++++ Data to use ++++

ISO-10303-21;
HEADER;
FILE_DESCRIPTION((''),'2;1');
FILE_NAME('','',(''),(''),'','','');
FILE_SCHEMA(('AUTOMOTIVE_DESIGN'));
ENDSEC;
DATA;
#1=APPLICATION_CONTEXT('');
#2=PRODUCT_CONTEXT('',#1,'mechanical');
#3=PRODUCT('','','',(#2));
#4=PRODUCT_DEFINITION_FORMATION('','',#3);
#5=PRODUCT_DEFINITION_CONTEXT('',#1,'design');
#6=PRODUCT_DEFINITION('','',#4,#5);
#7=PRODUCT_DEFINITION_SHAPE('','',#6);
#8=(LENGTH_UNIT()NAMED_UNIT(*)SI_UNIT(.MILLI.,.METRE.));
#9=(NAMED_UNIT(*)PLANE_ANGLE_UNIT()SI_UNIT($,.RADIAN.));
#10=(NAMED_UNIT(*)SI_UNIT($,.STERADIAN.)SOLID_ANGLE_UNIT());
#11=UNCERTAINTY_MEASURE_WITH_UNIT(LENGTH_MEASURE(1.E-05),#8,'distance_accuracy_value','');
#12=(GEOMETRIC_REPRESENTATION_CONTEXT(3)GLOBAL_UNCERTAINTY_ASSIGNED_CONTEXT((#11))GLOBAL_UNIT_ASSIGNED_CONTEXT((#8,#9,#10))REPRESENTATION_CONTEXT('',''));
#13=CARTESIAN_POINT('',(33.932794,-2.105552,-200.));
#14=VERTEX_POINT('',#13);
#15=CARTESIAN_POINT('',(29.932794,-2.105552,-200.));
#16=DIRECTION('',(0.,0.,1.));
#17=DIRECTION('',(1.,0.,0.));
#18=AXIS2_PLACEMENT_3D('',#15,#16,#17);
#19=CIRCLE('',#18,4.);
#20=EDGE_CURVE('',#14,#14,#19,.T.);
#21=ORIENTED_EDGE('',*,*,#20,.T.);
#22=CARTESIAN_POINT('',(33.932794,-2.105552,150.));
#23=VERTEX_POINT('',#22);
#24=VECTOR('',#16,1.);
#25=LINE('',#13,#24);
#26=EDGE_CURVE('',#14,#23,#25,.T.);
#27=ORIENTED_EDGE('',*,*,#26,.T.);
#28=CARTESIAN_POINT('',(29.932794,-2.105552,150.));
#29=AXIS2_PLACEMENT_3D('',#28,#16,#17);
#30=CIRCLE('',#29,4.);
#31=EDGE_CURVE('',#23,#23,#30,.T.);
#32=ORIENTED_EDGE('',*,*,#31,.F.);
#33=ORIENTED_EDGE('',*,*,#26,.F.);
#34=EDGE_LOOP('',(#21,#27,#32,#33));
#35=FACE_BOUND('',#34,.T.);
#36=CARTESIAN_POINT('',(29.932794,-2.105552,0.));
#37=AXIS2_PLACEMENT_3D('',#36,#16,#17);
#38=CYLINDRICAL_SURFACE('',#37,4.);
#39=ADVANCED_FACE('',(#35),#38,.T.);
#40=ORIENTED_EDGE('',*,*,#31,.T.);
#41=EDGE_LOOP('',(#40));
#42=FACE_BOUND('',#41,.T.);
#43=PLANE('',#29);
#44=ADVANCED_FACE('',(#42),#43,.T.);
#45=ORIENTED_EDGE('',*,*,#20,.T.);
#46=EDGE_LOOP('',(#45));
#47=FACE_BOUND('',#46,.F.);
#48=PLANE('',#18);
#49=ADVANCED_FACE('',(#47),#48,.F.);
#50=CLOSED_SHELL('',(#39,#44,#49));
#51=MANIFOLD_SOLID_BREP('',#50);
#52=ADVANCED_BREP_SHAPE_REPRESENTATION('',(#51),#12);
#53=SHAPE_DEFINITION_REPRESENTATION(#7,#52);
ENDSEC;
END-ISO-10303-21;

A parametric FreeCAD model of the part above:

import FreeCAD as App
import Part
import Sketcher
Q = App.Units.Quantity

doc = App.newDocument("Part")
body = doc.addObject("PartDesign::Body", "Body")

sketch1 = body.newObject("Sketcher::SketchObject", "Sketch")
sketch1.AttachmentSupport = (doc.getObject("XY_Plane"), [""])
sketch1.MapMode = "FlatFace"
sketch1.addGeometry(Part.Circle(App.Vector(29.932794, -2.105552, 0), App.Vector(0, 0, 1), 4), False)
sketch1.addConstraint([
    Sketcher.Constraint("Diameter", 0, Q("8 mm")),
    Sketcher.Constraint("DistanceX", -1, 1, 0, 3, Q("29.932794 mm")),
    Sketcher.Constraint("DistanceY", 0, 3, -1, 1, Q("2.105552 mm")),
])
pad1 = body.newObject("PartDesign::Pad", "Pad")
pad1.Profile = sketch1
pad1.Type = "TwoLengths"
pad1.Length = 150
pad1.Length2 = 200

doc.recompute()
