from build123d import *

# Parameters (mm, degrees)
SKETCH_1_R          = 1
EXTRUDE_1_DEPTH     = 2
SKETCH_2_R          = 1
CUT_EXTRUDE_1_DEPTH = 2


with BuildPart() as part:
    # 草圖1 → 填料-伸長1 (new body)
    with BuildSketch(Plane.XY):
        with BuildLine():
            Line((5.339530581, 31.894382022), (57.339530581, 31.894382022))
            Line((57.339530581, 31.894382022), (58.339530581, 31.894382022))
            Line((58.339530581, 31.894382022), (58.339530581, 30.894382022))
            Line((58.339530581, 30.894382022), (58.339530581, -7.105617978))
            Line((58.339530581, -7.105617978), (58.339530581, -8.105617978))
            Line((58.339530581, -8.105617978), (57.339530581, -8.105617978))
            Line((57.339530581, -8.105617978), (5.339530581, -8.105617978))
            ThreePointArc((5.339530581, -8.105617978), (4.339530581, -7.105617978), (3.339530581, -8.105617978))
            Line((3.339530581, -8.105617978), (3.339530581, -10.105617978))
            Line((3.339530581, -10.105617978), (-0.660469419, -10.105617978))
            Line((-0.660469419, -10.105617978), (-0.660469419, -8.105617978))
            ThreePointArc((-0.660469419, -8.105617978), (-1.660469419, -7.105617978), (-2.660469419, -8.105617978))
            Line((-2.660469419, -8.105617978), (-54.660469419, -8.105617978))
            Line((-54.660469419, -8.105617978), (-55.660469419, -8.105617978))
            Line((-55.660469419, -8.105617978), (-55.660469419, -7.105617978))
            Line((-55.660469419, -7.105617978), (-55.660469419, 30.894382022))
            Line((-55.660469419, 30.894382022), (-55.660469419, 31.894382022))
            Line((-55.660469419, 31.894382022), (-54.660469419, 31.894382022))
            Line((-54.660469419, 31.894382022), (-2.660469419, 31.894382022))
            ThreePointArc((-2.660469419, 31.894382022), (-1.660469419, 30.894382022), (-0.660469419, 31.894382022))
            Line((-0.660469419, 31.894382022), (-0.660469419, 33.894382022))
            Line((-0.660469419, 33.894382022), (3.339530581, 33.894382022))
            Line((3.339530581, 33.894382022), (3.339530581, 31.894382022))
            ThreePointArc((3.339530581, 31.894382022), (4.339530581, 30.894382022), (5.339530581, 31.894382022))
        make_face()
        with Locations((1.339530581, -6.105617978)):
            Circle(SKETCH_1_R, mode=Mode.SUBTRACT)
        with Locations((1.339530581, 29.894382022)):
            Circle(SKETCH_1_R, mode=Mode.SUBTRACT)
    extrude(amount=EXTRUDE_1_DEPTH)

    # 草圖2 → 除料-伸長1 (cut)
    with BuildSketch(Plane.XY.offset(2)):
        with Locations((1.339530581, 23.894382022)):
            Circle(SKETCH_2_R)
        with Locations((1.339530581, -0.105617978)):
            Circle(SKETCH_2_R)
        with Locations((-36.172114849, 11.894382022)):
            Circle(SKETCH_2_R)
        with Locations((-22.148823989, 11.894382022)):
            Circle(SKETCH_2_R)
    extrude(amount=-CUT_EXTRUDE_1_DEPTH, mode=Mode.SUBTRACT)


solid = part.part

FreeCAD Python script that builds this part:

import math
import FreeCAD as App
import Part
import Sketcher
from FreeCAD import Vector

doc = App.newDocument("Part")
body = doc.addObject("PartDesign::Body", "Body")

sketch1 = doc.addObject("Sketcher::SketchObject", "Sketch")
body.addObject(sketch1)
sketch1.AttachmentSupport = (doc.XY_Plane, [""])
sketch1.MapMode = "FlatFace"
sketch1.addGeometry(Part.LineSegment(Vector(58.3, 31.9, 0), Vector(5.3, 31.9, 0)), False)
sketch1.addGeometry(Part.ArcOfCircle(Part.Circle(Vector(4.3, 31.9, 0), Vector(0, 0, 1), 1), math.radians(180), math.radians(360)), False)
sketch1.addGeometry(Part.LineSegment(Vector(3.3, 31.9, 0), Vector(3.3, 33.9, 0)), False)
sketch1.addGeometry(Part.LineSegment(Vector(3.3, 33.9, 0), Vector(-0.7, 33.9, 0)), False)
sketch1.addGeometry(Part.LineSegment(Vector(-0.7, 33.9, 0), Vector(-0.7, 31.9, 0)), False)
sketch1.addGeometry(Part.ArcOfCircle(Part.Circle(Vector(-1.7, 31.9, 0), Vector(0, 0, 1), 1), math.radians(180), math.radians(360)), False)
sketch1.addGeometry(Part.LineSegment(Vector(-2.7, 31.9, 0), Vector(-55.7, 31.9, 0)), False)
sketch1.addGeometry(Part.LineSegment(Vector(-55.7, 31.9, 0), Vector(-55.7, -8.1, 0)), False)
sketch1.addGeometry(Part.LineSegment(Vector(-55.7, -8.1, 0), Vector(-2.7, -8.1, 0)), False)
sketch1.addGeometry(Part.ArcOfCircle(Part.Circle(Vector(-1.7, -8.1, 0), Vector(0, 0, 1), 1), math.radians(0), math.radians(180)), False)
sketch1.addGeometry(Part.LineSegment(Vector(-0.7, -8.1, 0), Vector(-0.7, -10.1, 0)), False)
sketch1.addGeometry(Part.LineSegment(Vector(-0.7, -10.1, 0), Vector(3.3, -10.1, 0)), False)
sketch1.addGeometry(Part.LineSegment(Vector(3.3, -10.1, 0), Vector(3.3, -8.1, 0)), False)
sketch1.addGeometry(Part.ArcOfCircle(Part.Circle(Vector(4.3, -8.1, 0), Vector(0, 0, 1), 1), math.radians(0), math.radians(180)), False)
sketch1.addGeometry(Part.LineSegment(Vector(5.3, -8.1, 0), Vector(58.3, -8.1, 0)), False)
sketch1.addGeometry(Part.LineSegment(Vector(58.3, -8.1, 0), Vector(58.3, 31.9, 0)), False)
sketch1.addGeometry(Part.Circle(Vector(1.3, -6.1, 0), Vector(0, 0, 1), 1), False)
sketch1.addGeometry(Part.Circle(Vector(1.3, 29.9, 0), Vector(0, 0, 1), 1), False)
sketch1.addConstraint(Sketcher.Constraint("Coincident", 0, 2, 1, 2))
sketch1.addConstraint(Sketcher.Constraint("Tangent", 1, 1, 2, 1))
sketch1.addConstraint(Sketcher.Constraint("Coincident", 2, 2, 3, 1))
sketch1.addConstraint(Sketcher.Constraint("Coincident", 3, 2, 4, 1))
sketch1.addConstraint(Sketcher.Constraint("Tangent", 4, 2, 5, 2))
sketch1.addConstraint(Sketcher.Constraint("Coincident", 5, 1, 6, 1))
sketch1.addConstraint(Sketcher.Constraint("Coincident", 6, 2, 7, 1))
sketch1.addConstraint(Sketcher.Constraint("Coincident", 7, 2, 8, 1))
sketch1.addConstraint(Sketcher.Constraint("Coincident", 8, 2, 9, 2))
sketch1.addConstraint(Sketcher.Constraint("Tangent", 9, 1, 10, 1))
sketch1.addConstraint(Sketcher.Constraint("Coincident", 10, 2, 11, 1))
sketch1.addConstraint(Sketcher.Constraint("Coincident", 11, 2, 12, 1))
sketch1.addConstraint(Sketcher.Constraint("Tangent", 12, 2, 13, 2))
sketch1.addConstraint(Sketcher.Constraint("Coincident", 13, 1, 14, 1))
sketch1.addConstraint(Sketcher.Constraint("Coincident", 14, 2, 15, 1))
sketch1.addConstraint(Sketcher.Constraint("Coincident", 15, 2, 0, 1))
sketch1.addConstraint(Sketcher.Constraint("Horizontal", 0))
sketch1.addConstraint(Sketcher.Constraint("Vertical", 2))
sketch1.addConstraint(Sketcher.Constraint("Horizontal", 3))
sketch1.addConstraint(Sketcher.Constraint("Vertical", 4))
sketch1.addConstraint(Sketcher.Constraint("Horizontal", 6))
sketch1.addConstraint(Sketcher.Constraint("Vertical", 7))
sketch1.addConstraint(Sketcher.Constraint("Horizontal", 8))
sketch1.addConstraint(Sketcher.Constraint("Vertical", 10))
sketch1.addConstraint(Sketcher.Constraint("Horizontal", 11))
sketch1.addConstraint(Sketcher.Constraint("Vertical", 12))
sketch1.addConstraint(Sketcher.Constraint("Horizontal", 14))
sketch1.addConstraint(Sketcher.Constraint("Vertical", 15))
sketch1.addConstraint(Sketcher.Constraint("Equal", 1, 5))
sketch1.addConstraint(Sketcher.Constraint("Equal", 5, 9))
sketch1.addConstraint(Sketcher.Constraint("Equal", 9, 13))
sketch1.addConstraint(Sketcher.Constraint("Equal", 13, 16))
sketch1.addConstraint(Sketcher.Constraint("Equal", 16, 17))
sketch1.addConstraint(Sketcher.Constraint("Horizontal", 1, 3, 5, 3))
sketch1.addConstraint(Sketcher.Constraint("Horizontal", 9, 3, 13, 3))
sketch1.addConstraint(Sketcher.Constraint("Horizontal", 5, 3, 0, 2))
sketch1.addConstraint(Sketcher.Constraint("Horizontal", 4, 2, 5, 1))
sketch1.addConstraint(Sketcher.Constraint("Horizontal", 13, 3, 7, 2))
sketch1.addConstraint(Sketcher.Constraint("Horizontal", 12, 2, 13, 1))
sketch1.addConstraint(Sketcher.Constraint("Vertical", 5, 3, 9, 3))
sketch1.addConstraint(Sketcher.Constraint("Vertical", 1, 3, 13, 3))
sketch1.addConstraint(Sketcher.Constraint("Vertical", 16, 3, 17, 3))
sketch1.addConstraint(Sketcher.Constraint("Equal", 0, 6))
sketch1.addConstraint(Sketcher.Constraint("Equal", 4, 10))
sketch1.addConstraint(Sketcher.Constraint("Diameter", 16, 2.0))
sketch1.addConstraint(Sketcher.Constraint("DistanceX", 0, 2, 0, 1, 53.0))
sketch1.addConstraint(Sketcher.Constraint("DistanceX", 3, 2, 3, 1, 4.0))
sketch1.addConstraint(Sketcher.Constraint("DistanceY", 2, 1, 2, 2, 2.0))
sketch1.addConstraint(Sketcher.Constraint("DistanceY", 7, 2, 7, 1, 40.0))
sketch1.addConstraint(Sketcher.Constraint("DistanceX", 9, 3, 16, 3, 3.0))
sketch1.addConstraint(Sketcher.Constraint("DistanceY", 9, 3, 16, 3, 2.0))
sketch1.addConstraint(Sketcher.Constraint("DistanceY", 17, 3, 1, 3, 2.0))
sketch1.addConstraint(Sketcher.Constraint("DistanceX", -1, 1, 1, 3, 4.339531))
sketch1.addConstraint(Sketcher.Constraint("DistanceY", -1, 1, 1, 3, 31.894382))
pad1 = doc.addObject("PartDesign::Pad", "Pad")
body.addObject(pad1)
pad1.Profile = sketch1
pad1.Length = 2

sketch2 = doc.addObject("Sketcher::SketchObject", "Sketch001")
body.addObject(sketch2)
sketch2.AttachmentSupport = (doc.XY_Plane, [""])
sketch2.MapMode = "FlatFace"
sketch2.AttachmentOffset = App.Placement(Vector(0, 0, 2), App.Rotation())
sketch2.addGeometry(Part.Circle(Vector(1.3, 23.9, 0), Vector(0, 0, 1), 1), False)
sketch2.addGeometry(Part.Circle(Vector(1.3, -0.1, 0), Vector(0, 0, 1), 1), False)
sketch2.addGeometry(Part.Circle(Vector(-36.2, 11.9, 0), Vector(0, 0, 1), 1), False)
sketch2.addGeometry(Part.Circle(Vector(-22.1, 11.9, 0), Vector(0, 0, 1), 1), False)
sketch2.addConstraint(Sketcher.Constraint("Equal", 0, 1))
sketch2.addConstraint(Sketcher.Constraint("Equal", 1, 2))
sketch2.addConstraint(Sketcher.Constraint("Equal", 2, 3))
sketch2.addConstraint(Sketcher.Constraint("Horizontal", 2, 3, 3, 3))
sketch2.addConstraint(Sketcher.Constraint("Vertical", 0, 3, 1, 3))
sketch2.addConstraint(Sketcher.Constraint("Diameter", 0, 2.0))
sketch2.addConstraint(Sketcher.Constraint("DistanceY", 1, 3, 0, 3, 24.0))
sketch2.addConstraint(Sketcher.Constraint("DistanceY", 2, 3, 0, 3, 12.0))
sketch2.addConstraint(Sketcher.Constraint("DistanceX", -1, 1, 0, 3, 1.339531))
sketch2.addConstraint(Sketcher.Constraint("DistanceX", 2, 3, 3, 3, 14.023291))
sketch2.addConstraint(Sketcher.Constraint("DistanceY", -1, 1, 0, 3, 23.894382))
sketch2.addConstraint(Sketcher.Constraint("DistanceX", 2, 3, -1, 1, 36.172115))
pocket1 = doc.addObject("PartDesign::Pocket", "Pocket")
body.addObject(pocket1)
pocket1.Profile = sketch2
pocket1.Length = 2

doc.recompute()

++++

### Your objective:
From the records above, transcribe without alteration every line from the one with "#24=VECTOR('',#16,1.);" to the one with "#38=CYLINDRICAL_SURFACE('',#37,4.);", inclusive.

### Solution to the problem:
#24=VECTOR('',#16,1.);
#25=LINE('',#13,#24);
#26=EDGE_CURVE('',#14,#23,#25,.T.);
#27=ORIENTED_EDGE('',*,*,#26,.T.);
#28=CARTESIAN_POINT('',(29.932794,-2.105552,150.));
#29=AXIS2_PLACEMENT_3D('',#28,#16,#17);
#30=CIRCLE('',#29,4.);
#31=EDGE_CURVE('',#23,#23,#30,.T.);
#32=ORIENTED_EDGE('',*,*,#31,.F.);
#33=ORIENTED_EDGE('',*,*,#26,.F.);
#34=EDGE_LOOP('',(#21,#27,#32,#33));
#35=FACE_BOUND('',#34,.T.);
#36=CARTESIAN_POINT('',(29.932794,-2.105552,0.));
#37=AXIS2_PLACEMENT_3D('',#36,#16,#17);
#38=CYLINDRICAL_SURFACE('',#37,4.);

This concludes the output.